» **What to work on**
Write down, unchanged, the entries from the first line through the line holding "v -39.415 -61.64 10.304". Include no other line.
##### Material provided #####
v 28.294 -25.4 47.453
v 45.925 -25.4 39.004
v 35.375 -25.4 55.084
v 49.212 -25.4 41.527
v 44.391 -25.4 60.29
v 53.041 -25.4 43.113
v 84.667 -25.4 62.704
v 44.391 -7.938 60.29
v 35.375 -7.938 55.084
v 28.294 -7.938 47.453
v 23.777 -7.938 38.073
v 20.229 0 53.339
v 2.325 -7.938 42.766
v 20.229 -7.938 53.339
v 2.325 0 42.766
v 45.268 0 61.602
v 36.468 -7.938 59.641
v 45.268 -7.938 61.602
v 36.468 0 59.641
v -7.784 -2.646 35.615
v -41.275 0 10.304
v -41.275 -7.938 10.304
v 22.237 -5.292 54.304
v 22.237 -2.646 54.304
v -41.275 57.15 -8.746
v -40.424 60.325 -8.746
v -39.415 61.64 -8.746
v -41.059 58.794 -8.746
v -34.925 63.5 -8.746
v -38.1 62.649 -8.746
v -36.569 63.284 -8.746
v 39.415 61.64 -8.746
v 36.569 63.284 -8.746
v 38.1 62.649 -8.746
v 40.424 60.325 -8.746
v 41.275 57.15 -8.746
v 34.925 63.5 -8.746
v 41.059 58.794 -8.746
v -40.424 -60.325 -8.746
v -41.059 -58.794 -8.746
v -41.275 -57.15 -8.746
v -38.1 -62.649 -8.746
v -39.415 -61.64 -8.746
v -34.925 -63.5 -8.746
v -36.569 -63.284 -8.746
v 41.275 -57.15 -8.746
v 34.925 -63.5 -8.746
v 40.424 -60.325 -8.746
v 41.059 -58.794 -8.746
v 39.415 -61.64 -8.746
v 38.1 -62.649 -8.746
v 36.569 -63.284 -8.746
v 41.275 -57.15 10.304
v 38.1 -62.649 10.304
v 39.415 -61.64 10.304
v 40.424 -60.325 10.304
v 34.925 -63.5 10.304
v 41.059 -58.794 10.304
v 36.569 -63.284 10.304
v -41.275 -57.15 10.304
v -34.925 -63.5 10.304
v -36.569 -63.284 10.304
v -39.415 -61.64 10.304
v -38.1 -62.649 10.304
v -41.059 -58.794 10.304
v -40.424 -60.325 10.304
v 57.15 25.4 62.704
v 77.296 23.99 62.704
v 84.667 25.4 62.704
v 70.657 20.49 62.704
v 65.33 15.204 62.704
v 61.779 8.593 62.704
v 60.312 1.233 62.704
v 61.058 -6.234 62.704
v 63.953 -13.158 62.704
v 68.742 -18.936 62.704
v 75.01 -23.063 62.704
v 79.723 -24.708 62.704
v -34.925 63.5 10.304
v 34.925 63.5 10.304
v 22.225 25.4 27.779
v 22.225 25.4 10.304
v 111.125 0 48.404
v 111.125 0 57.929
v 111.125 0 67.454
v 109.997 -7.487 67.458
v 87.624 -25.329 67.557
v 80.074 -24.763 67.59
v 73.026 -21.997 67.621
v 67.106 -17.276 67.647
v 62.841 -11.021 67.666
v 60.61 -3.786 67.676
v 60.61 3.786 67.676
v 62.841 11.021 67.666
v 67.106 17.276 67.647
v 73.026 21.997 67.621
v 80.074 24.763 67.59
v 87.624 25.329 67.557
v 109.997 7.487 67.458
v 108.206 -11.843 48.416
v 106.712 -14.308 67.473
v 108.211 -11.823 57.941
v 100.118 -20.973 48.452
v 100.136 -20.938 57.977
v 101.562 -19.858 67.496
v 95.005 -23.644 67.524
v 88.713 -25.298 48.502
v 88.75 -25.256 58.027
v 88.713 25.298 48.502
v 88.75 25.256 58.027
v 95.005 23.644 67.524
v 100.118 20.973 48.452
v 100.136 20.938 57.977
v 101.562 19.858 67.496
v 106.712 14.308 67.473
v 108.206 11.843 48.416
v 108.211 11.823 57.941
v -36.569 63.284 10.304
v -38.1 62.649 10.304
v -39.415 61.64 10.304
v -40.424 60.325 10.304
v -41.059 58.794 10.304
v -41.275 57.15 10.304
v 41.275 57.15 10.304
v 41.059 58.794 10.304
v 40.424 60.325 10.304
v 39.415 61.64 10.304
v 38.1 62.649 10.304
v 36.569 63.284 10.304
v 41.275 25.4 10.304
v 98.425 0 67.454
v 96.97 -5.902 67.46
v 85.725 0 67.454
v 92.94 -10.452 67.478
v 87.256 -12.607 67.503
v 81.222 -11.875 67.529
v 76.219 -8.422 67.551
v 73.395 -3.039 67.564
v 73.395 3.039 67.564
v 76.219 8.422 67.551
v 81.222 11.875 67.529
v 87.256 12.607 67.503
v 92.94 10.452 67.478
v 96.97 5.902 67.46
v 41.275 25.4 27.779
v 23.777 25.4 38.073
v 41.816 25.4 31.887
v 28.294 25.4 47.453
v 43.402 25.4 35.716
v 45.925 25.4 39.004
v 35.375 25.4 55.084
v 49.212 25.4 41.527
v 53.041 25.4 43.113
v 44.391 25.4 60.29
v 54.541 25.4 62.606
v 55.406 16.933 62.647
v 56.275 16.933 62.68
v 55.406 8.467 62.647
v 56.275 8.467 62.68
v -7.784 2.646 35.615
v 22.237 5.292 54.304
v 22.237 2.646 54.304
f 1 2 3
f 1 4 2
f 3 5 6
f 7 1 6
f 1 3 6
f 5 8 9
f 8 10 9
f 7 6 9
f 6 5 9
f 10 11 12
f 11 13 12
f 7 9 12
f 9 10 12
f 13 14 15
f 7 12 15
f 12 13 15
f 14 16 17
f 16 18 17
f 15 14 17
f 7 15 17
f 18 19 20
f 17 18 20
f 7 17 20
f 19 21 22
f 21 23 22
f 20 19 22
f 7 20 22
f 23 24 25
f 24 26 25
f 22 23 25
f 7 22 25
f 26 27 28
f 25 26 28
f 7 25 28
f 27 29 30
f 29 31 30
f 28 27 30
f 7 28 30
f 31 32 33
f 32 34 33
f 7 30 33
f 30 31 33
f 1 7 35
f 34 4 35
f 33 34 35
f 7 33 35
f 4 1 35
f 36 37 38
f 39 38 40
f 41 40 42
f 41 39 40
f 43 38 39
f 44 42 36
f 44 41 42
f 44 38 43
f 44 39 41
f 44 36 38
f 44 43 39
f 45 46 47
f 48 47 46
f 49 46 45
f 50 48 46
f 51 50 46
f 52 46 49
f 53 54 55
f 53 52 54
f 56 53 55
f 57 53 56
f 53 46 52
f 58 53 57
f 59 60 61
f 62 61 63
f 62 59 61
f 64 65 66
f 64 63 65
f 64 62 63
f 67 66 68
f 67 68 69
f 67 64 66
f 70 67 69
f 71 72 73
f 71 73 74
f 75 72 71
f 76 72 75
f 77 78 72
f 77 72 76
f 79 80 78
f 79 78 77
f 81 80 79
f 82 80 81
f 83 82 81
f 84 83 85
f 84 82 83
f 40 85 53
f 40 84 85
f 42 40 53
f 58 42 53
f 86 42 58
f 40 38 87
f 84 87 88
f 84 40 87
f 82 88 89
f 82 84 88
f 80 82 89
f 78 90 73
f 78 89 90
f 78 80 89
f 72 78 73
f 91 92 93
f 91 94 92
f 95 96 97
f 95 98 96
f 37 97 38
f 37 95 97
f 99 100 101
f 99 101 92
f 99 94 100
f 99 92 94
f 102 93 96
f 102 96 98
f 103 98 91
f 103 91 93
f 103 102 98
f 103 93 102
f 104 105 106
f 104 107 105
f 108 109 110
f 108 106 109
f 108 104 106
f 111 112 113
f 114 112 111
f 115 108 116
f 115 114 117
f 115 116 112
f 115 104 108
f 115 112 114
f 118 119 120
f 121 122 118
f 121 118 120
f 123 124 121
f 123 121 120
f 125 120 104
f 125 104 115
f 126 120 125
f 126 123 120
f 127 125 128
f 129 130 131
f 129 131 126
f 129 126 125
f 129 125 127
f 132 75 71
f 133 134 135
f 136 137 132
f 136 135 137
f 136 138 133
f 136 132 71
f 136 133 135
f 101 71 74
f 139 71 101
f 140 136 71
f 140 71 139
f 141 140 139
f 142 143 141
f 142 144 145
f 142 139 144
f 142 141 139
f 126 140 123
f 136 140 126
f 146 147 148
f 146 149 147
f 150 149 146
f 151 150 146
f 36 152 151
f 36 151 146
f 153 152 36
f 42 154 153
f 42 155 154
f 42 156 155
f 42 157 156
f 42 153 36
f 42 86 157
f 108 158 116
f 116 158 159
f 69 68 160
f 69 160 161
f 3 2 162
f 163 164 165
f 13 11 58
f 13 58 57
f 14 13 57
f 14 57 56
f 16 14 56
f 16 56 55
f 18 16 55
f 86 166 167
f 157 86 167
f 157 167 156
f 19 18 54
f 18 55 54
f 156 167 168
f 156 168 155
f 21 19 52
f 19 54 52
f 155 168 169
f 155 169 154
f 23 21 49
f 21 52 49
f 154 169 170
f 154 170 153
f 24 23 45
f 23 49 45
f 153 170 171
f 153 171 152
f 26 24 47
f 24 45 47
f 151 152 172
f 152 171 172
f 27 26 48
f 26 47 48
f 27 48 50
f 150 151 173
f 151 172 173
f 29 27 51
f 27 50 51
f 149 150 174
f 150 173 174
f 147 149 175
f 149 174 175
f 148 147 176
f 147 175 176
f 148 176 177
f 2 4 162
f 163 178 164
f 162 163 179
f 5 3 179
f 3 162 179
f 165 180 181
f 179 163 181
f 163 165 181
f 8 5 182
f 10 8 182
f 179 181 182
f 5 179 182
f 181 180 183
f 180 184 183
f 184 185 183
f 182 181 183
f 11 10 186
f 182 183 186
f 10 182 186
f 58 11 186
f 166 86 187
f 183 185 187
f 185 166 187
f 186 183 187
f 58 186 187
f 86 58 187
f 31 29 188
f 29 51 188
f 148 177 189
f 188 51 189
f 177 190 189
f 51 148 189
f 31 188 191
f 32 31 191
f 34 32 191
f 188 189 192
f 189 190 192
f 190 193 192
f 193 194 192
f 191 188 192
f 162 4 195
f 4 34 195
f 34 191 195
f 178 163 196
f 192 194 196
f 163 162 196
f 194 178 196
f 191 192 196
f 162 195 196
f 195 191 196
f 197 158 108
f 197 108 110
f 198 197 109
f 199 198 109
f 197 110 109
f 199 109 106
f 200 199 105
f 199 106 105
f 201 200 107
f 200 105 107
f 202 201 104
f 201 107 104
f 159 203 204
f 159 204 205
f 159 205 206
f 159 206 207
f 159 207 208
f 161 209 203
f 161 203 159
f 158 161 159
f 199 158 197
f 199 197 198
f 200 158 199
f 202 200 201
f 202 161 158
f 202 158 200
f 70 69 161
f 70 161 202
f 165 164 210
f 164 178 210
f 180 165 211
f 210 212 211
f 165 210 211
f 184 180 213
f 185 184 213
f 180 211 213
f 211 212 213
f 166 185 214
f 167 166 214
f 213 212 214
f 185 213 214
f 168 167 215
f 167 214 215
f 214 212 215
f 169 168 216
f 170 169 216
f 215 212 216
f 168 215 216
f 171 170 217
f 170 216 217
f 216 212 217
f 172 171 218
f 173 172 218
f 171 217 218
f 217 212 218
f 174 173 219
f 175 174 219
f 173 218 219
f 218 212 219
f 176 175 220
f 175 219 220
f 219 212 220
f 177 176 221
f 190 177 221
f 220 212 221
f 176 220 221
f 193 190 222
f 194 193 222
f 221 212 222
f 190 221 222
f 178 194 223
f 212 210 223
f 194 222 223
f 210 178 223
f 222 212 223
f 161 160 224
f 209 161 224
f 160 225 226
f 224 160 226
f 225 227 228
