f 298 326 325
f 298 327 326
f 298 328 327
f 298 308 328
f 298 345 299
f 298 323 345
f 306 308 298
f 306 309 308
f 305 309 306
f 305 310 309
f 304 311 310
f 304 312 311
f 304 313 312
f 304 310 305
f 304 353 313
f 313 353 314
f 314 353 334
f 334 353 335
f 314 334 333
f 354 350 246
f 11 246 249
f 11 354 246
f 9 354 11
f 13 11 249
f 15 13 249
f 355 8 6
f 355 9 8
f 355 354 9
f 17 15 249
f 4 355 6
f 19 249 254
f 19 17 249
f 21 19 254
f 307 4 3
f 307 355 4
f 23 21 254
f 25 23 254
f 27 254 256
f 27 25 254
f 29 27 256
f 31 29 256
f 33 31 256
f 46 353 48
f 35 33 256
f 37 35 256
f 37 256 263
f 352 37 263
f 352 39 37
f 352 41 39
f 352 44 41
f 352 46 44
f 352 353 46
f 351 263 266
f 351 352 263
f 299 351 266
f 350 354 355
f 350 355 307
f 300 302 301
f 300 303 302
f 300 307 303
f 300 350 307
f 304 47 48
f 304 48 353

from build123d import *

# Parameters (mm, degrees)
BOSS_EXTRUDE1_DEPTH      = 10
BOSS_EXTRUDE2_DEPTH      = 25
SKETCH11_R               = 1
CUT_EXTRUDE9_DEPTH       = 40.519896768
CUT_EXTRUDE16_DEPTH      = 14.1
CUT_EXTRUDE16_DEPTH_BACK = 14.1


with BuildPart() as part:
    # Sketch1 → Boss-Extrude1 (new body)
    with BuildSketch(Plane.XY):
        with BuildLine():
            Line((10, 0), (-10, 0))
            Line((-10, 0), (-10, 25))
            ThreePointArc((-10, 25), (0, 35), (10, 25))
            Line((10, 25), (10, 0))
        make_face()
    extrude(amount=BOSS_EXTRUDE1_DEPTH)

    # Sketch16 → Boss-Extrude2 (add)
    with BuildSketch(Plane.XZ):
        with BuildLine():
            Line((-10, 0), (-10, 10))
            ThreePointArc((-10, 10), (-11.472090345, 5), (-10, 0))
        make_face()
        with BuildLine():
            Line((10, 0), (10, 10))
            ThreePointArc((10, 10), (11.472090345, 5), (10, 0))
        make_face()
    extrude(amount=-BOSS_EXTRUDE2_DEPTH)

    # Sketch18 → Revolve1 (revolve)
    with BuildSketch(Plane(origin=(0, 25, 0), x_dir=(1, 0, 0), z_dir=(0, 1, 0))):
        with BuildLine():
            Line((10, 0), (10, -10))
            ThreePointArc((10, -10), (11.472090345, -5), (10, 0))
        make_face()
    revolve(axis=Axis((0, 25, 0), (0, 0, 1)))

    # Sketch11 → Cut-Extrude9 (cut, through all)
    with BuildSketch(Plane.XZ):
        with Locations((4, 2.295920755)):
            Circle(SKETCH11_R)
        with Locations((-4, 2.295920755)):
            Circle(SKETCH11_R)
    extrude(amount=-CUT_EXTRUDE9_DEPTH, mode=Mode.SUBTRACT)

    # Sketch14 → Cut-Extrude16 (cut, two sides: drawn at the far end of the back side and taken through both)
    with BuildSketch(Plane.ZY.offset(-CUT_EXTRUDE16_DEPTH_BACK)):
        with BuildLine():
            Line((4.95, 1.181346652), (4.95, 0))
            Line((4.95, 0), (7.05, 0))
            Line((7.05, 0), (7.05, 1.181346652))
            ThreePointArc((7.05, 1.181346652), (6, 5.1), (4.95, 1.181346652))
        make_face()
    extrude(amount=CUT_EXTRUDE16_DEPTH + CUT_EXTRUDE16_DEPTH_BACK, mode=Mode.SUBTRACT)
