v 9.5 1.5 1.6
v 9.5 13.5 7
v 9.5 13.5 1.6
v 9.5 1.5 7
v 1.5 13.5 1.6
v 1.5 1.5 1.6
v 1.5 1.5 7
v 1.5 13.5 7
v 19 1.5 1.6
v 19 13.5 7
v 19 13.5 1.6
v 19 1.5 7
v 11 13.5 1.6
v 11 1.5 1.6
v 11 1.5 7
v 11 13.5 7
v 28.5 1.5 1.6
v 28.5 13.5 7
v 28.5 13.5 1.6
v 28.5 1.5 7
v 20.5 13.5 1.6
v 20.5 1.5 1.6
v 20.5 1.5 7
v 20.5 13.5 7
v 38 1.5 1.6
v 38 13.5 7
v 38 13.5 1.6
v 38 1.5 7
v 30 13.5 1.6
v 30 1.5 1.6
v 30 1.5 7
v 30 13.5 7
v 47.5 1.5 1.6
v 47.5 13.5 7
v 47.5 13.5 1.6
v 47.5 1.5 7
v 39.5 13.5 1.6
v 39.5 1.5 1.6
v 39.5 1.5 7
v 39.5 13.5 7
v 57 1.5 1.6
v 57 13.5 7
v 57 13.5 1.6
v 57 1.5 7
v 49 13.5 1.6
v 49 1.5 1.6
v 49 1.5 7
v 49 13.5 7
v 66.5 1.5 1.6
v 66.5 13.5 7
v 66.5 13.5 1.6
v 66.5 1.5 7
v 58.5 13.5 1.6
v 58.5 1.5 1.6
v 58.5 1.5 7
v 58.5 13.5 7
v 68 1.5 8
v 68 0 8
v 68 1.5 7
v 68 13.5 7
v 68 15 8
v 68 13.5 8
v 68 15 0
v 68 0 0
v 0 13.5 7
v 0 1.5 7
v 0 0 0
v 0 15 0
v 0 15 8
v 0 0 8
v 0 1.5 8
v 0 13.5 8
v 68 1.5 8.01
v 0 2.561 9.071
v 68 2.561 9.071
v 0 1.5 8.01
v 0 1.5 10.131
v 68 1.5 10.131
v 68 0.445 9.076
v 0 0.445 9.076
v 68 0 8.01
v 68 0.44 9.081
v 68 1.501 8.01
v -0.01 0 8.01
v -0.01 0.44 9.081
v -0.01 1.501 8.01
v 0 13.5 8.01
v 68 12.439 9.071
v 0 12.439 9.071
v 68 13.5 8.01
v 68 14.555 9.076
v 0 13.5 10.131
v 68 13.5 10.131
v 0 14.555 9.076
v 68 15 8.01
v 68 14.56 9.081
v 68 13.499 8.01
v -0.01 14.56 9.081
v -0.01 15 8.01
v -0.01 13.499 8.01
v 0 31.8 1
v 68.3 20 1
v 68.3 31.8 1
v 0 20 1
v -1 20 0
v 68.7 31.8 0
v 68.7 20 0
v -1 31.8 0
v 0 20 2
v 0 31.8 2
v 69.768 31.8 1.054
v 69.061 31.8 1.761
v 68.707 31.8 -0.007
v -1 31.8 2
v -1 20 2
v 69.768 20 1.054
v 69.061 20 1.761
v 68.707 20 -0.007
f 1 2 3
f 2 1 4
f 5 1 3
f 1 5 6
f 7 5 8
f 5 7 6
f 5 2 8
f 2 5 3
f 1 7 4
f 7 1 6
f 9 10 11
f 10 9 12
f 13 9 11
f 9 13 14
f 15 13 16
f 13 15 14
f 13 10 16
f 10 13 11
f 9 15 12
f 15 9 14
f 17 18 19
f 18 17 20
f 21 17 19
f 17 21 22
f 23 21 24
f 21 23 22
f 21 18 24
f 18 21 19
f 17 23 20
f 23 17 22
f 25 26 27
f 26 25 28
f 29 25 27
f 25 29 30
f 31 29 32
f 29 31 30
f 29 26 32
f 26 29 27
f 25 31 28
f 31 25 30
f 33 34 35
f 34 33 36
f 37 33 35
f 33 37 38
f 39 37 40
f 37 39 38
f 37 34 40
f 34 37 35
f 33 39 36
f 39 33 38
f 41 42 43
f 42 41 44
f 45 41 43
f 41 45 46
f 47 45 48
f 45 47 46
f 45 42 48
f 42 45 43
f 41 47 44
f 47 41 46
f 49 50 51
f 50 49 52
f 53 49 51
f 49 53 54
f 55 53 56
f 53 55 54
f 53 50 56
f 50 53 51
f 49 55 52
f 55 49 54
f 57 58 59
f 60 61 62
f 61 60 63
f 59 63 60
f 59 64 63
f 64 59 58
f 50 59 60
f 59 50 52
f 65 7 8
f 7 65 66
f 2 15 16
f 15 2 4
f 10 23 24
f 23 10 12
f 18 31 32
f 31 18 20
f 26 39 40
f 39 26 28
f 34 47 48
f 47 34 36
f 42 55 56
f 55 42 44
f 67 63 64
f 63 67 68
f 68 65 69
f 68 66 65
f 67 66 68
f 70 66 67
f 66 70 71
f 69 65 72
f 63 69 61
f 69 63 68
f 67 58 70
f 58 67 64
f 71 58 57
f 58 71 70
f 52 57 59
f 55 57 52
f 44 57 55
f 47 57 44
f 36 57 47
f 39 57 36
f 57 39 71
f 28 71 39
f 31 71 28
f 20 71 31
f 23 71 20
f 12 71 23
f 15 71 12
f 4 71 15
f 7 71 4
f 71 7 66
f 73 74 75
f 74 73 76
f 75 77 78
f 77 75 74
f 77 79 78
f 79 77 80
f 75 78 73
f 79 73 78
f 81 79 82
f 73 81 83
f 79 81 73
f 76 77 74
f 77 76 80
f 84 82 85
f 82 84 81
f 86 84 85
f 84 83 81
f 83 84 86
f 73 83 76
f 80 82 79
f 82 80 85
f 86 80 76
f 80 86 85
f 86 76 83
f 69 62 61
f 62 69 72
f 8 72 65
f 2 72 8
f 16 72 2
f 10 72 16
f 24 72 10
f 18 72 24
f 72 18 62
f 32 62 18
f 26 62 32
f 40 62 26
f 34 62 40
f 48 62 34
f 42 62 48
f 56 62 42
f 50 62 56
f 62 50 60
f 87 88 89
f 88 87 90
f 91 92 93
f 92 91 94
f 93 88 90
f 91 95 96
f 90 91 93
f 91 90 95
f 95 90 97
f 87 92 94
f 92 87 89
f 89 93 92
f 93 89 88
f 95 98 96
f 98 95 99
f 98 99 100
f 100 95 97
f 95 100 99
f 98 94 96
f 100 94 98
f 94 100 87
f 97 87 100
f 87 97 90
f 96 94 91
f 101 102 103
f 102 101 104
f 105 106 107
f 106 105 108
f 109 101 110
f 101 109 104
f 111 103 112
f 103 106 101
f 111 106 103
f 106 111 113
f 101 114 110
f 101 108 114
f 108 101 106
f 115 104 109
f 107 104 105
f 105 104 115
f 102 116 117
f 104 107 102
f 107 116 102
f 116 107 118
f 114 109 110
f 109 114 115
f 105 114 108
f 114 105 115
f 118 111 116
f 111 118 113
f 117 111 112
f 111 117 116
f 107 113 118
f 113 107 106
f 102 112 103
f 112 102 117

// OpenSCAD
//widths for the pill compartments
wp = 8;
//depth for the pill compartments
dp = 12;

//wall size
ws = 1.5;
//pill box height
he = 7;

//tolerance
tol = .1;

difference()
{

cube([wp*7+ws*8, dp+ws*2, he]);

translate([ws,ws,0])
for (n = [0:6])
{
translate([n*wp+n*ws,0,ws+.1])
cube([wp,dp,10]);
}
}


//lid thingy
module lidthingy()
{
translate([0,0,he])
cube([wp*7+ws*8,ws,1]);


translate([0,ws,he+1.01])
rotate([45,0,0])
cube([wp*7+ws*8,ws,ws]);


translate([wp*7+ws*8,0,he+1.01])
rotate([0,-90,0])

linear_extrude(height=wp*7+ws*8+.01)
polygon(points=[[0,0],[0,1.501],[sqrt(2)*(ws/2)+.01,.44]]);

}


lidthingy();

mirror([0,1,0])
translate([0,-dp-ws*2,0])
lidthingy();


translate([0,20,0])
{

cube([wp*7+ws*8+.7,dp-tol*2,1]);
translate([-1,0,0])
cube([1,dp-tol*2,2]);

translate([wp*7+ws*8,0,.7])
rotate([0,45,0])
cube([1,dp-tol*2,1.5]);

}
#####
» **Answer below**
v 28.294 -25.4 47.453
v 45.925 -25.4 39.004
v 35.375 -25.4 55.084
v 49.212 -25.4 41.527
v 44.391 -25.4 60.29
v 53.041 -25.4 43.113
v 84.667 -25.4 62.704
v 44.391 -7.938 60.29
v 35.375 -7.938 55.084
v 28.294 -7.938 47.453
v 23.777 -7.938 38.073
v 20.229 0 53.339
v 2.325 -7.938 42.766
v 20.229 -7.938 53.339
v 2.325 0 42.766
v 45.268 0 61.602
v 36.468 -7.938 59.641
v 45.268 -7.938 61.602
v 36.468 0 59.641
v -7.784 -2.646 35.615
v -41.275 0 10.304
v -41.275 -7.938 10.304
v 22.237 -5.292 54.304
v 22.237 -2.646 54.304
v -41.275 57.15 -8.746
v -40.424 60.325 -8.746
v -39.415 61.64 -8.746
v -41.059 58.794 -8.746
v -34.925 63.5 -8.746
v -38.1 62.649 -8.746
v -36.569 63.284 -8.746
v 39.415 61.64 -8.746
v 36.569 63.284 -8.746
v 38.1 62.649 -8.746
v 40.424 60.325 -8.746
v 41.275 57.15 -8.746
v 34.925 63.5 -8.746
v 41.059 58.794 -8.746
v -40.424 -60.325 -8.746
v -41.059 -58.794 -8.746
v -41.275 -57.15 -8.746
v -38.1 -62.649 -8.746
v -39.415 -61.64 -8.746
v -34.925 -63.5 -8.746
v -36.569 -63.284 -8.746
v 41.275 -57.15 -8.746
v 34.925 -63.5 -8.746
v 40.424 -60.325 -8.746
v 41.059 -58.794 -8.746
v 39.415 -61.64 -8.746
v 38.1 -62.649 -8.746
v 36.569 -63.284 -8.746
v 41.275 -57.15 10.304
v 38.1 -62.649 10.304
v 39.415 -61.64 10.304
v 40.424 -60.325 10.304
v 34.925 -63.5 10.304
v 41.059 -58.794 10.304
v 36.569 -63.284 10.304
v -41.275 -57.15 10.304
v -34.925 -63.5 10.304
v -36.569 -63.284 10.304
v -39.415 -61.64 10.304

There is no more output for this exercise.